[Opening Data for the task section]

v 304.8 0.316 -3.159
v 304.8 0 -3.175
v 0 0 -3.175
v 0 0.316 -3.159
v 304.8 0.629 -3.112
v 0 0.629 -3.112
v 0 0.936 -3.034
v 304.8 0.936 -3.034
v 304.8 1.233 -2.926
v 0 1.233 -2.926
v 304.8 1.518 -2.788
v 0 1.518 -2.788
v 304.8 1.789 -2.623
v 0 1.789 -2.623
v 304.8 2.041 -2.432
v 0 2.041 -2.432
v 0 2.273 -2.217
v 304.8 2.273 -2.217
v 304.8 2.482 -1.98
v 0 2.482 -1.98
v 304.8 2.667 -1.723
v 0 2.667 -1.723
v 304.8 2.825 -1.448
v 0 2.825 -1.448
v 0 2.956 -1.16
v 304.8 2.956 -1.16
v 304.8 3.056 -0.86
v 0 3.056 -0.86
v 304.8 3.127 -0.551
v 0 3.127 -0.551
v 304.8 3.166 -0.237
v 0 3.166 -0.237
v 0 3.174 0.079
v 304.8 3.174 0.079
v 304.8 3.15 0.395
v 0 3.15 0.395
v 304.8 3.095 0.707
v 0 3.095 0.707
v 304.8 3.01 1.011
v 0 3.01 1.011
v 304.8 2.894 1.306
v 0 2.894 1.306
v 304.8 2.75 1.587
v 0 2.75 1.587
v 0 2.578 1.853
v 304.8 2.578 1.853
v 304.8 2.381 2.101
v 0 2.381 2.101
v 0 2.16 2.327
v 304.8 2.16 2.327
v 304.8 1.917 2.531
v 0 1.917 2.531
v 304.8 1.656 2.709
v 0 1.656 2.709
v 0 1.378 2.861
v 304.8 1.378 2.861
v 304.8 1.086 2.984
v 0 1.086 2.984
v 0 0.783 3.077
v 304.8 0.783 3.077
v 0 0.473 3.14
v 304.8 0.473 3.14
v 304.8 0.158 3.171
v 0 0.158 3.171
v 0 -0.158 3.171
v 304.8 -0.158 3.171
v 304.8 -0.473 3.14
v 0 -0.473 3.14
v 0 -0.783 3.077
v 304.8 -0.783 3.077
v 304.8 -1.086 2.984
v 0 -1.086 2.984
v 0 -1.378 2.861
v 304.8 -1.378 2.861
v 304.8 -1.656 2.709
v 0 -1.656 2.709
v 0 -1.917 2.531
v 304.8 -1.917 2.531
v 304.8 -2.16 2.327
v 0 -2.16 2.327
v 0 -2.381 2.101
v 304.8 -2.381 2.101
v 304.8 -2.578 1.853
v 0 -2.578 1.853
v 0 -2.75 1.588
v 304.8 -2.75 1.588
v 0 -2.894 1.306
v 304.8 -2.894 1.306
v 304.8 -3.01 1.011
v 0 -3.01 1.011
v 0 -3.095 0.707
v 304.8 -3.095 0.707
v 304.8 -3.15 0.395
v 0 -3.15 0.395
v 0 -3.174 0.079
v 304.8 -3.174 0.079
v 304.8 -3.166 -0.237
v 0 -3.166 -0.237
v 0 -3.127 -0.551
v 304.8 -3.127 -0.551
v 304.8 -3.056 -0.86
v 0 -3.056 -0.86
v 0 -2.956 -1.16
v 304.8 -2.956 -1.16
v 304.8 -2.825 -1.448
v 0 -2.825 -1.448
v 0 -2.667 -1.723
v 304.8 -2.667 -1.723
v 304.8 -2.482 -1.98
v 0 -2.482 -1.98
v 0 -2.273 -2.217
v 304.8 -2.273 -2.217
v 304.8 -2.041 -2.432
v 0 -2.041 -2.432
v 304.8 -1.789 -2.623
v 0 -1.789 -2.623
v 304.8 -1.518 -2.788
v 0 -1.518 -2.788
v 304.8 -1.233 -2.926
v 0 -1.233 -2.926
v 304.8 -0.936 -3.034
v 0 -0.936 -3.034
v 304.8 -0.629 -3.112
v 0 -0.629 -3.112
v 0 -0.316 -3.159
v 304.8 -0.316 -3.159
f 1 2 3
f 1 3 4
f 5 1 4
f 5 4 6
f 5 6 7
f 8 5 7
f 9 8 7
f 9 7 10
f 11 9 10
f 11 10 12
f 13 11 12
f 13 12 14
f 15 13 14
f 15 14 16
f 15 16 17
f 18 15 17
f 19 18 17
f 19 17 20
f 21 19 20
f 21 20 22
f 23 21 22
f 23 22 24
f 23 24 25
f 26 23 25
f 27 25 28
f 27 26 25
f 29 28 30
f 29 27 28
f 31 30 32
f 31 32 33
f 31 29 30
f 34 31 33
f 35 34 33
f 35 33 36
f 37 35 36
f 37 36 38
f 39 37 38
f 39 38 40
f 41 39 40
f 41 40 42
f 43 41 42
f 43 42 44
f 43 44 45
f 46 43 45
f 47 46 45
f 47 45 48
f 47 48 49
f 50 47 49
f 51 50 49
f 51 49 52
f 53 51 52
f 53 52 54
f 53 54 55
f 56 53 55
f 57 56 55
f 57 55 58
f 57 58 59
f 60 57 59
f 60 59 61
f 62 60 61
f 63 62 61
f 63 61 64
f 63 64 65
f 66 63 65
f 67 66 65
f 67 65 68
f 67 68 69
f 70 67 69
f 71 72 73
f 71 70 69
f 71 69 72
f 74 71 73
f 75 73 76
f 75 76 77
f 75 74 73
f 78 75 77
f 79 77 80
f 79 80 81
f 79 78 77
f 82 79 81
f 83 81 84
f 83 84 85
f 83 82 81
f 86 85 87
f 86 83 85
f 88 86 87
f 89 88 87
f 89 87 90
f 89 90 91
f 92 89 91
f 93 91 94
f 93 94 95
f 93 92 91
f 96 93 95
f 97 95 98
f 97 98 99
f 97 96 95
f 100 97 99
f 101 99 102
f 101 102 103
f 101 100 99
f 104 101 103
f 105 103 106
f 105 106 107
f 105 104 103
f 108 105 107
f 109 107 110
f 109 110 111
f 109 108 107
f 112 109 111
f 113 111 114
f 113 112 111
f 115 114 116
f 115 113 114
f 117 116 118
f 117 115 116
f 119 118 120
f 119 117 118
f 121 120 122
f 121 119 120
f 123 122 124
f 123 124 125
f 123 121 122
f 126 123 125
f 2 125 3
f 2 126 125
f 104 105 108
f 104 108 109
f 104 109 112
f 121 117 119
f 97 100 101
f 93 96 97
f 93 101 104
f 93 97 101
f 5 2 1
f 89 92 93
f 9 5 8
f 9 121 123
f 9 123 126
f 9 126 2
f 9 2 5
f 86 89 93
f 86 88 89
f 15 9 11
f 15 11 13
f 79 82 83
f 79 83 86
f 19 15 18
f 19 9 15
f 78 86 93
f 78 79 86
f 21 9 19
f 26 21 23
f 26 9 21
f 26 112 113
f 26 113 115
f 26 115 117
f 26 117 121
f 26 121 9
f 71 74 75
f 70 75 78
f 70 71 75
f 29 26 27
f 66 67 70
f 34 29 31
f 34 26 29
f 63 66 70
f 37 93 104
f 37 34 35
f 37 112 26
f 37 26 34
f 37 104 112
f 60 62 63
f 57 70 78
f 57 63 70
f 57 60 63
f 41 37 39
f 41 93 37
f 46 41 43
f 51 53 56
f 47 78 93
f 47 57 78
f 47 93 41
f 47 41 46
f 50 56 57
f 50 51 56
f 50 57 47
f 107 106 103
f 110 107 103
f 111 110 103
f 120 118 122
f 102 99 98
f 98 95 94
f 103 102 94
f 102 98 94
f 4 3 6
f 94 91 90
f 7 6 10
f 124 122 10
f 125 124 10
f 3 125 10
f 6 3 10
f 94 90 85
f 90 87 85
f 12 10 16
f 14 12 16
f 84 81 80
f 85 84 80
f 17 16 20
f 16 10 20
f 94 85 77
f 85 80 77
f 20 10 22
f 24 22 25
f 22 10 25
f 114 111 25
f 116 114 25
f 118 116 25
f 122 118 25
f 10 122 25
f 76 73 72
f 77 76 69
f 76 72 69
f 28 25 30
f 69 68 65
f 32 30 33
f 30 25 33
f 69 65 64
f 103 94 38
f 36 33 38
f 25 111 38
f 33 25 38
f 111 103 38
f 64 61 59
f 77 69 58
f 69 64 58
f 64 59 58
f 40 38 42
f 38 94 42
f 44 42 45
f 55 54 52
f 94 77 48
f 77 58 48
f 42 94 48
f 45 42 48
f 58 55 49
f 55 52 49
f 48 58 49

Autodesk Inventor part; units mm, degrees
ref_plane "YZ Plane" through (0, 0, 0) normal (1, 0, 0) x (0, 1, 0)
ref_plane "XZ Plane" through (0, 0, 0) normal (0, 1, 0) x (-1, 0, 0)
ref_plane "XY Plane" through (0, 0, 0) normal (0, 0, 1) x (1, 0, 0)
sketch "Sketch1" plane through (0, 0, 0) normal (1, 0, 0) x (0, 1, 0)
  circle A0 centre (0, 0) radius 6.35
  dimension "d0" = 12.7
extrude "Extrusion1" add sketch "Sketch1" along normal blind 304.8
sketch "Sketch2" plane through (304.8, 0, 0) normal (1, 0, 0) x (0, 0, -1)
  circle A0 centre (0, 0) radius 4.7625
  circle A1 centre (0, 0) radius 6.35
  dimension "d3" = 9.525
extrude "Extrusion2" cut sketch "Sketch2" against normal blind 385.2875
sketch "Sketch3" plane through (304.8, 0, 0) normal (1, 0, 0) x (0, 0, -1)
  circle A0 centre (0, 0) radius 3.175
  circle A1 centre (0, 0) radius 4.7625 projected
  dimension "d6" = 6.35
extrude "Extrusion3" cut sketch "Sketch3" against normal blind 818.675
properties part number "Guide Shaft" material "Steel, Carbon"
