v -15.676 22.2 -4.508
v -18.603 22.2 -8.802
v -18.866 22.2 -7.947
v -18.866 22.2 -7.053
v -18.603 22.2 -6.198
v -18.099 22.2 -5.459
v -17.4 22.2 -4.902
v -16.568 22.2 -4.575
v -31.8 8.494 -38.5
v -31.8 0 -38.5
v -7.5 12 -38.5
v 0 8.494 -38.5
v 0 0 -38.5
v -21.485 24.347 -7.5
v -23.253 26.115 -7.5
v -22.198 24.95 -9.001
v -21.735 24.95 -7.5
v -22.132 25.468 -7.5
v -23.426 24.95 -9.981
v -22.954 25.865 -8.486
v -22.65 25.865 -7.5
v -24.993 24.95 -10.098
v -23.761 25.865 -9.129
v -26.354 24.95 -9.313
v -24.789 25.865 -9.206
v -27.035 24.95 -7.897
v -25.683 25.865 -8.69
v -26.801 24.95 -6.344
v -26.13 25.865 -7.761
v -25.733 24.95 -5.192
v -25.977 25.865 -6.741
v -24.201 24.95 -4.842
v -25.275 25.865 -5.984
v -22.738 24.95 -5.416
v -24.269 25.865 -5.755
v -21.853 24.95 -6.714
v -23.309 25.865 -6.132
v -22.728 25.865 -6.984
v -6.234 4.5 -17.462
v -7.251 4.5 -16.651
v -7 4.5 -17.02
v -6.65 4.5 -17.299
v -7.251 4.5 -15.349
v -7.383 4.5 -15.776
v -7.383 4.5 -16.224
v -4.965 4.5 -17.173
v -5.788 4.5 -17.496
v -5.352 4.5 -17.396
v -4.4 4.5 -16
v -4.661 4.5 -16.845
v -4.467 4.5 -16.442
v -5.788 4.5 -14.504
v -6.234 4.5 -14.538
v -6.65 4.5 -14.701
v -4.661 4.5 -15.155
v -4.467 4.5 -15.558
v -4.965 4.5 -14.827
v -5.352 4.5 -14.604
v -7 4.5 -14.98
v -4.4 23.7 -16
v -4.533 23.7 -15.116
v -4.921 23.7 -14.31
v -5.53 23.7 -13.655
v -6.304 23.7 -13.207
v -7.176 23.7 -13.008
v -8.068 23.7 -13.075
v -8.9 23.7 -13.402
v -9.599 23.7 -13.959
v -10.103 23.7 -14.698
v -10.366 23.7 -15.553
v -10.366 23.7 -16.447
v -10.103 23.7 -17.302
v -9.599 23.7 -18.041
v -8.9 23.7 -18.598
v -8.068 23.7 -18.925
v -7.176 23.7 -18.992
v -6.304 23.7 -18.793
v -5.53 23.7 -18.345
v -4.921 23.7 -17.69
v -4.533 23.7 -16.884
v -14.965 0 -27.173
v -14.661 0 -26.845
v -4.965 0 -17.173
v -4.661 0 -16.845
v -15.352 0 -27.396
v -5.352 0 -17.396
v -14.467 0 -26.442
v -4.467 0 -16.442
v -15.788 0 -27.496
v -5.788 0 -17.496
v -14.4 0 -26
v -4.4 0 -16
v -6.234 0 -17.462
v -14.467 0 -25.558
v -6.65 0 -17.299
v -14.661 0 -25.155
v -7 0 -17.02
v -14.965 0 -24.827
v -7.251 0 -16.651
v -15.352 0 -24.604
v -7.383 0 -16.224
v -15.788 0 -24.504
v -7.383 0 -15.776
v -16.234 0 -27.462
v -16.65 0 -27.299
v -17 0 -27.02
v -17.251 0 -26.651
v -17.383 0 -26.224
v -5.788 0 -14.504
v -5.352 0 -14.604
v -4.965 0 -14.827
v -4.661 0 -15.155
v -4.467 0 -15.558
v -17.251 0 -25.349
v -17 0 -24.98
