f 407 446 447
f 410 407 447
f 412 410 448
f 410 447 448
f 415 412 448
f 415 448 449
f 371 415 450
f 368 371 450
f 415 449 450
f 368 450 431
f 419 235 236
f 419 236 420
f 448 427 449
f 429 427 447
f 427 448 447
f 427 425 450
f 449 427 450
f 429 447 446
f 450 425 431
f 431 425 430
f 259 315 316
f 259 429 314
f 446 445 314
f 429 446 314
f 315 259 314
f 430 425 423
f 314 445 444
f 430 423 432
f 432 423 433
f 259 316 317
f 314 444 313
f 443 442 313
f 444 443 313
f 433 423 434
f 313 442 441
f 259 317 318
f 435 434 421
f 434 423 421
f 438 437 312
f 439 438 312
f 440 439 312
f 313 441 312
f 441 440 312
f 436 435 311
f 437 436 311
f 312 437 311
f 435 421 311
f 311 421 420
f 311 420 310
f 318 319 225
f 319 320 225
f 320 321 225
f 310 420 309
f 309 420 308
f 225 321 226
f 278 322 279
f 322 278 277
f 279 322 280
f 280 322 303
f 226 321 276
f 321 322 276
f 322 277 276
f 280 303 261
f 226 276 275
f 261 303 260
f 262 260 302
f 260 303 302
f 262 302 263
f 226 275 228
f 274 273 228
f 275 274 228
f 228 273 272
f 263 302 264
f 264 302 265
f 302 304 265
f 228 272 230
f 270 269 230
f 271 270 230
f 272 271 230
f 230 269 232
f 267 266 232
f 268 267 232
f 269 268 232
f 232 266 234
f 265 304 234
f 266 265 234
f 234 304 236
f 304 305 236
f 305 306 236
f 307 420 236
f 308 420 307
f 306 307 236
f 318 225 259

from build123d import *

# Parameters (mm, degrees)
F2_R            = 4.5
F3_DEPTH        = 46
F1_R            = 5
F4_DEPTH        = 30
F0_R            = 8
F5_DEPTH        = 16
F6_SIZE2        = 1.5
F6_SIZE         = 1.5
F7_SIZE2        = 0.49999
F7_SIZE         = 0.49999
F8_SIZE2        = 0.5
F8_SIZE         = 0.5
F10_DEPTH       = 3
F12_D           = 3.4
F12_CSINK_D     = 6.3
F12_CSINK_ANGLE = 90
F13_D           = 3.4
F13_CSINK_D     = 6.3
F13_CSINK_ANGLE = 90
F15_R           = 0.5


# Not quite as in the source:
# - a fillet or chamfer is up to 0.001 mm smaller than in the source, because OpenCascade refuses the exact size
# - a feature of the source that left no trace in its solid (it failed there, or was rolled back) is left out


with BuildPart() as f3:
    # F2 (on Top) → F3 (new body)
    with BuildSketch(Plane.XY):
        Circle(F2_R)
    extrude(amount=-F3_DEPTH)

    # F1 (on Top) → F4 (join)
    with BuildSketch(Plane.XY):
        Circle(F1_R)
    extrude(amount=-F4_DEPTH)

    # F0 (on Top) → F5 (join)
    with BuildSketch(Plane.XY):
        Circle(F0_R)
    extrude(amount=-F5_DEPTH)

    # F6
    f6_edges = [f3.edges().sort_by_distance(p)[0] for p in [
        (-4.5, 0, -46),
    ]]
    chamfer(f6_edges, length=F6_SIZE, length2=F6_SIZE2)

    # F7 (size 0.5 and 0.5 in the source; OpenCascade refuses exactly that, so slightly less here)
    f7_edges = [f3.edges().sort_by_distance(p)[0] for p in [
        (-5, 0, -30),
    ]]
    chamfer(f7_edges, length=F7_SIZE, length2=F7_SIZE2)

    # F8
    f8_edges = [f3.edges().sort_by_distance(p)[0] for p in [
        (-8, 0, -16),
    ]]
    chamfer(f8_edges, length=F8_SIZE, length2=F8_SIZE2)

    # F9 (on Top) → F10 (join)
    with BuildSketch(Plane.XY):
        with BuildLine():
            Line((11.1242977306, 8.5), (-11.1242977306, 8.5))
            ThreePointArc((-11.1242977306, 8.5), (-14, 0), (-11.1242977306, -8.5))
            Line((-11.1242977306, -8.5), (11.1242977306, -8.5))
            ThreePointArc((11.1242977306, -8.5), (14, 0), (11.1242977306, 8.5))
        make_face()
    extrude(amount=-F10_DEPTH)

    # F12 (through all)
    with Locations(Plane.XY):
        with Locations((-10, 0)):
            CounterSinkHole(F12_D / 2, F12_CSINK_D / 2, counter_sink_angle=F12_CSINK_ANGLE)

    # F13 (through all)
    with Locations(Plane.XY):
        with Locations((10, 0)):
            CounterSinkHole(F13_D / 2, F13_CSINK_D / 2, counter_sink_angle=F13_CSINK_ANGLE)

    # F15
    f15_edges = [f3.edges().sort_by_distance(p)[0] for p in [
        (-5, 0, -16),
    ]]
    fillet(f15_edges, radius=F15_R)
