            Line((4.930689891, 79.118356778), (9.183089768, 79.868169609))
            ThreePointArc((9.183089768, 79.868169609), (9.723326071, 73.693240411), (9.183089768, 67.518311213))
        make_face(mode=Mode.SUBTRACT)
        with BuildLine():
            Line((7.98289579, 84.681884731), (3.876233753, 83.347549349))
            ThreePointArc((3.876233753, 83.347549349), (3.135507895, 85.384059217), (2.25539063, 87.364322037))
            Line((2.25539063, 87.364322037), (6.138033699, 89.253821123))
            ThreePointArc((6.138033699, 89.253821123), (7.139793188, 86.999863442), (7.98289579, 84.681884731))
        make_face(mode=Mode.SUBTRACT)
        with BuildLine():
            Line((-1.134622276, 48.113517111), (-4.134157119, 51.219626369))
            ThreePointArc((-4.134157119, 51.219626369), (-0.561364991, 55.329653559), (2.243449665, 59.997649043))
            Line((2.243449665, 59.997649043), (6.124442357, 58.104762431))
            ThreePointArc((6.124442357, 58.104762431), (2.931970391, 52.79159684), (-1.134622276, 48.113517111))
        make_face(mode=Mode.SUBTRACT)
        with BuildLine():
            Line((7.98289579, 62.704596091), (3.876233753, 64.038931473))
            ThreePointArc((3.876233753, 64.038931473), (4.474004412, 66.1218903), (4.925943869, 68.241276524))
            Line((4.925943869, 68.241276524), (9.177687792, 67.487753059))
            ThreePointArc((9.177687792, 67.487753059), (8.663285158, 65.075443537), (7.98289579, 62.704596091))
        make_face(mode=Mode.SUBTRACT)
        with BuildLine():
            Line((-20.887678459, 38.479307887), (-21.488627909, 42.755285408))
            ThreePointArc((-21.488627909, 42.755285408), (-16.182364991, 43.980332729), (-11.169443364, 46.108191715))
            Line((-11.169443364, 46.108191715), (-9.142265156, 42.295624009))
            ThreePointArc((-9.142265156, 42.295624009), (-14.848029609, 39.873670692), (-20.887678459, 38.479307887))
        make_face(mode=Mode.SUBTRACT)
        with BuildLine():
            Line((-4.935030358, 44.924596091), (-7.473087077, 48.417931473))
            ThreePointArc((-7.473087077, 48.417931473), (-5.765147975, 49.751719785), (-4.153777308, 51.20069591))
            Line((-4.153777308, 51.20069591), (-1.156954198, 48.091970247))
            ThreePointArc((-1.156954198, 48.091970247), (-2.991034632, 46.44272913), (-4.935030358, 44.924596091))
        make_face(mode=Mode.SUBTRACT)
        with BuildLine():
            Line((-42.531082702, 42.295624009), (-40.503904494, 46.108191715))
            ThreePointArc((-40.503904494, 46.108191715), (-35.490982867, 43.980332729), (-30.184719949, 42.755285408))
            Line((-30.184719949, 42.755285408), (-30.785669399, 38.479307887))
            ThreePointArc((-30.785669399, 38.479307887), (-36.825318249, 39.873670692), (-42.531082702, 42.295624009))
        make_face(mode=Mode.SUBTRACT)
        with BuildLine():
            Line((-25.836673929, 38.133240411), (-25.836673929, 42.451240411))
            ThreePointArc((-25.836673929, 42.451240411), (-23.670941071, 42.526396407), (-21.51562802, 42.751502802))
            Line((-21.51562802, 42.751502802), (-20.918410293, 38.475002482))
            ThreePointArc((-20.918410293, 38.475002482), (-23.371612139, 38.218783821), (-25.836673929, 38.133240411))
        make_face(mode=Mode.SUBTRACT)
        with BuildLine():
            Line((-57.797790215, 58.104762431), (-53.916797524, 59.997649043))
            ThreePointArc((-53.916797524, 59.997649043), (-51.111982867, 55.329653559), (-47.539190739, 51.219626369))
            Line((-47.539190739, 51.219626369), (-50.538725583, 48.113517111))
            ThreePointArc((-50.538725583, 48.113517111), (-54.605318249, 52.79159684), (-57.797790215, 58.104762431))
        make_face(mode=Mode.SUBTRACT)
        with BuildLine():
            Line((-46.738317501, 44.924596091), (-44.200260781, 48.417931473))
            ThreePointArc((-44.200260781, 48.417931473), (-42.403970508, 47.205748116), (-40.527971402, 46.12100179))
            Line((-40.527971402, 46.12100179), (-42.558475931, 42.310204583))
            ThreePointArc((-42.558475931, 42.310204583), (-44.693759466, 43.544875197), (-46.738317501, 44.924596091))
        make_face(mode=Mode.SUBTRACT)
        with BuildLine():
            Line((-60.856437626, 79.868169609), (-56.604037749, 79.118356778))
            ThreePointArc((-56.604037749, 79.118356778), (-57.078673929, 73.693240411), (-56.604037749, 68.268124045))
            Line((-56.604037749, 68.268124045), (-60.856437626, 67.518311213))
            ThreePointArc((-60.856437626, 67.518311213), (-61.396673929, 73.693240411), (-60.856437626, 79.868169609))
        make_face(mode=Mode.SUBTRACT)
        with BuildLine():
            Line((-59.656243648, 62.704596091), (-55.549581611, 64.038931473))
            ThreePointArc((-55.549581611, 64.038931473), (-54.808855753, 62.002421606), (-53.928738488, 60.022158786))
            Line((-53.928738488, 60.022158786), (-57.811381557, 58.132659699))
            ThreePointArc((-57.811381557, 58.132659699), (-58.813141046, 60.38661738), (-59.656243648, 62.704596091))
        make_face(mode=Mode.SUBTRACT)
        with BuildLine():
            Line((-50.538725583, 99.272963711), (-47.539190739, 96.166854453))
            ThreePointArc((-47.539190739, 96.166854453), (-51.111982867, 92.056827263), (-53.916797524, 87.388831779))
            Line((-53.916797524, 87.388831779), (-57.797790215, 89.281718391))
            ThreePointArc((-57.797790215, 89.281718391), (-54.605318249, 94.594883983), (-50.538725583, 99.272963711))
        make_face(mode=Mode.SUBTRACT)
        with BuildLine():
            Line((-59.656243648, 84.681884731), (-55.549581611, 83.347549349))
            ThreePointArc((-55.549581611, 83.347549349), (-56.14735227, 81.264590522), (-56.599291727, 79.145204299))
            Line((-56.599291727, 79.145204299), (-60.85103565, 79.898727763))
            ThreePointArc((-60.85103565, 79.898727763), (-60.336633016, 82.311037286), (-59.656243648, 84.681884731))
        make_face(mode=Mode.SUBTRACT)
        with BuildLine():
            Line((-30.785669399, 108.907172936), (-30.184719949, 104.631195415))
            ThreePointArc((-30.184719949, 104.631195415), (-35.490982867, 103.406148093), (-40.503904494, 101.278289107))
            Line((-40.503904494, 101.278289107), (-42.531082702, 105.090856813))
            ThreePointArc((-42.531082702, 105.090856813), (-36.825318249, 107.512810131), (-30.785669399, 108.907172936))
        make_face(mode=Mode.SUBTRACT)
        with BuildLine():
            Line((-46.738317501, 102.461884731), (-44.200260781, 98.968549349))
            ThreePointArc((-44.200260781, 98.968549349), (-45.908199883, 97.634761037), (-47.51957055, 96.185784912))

[Closing Data for the task section]

__Goal of the exercise__.
Please return exactly the lines from the first line of the material through the one with "v 304.8 -2.578 1.853", and no lines after it.

__Task response__.
v 304.8 0.316 -3.159
v 304.8 0 -3.175
v 0 0 -3.175
v 0 0.316 -3.159
v 304.8 0.629 -3.112
v 0 0.629 -3.112
v 0 0.936 -3.034
v 304.8 0.936 -3.034
v 304.8 1.233 -2.926
v 0 1.233 -2.926
v 304.8 1.518 -2.788
v 0 1.518 -2.788
v 304.8 1.789 -2.623
v 0 1.789 -2.623
v 304.8 2.041 -2.432
v 0 2.041 -2.432
v 0 2.273 -2.217
v 304.8 2.273 -2.217
v 304.8 2.482 -1.98
v 0 2.482 -1.98
v 304.8 2.667 -1.723
v 0 2.667 -1.723
v 304.8 2.825 -1.448
v 0 2.825 -1.448
v 0 2.956 -1.16
v 304.8 2.956 -1.16
v 304.8 3.056 -0.86
v 0 3.056 -0.86
v 304.8 3.127 -0.551
v 0 3.127 -0.551
v 304.8 3.166 -0.237
v 0 3.166 -0.237
v 0 3.174 0.079
v 304.8 3.174 0.079
v 304.8 3.15 0.395
v 0 3.15 0.395
v 304.8 3.095 0.707
v 0 3.095 0.707
v 304.8 3.01 1.011
v 0 3.01 1.011
v 304.8 2.894 1.306
v 0 2.894 1.306
v 304.8 2.75 1.587
v 0 2.75 1.587
v 0 2.578 1.853
v 304.8 2.578 1.853
v 304.8 2.381 2.101
v 0 2.381 2.101
v 0 2.16 2.327
v 304.8 2.16 2.327
v 304.8 1.917 2.531
v 0 1.917 2.531
v 304.8 1.656 2.709
v 0 1.656 2.709
v 0 1.378 2.861
v 304.8 1.378 2.861
v 304.8 1.086 2.984
v 0 1.086 2.984
v 0 0.783 3.077
v 304.8 0.783 3.077
v 0 0.473 3.14
v 304.8 0.473 3.14
v 304.8 0.158 3.171
v 0 0.158 3.171
v 0 -0.158 3.171
v 304.8 -0.158 3.171
v 304.8 -0.473 3.14
v 0 -0.473 3.14
v 0 -0.783 3.077
v 304.8 -0.783 3.077
v 304.8 -1.086 2.984
v 0 -1.086 2.984
v 0 -1.378 2.861
v 304.8 -1.378 2.861
v 304.8 -1.656 2.709
v 0 -1.656 2.709
v 0 -1.917 2.531
v 304.8 -1.917 2.531
v 304.8 -2.16 2.327
v 0 -2.16 2.327
v 0 -2.381 2.101
v 304.8 -2.381 2.101
v 304.8 -2.578 1.853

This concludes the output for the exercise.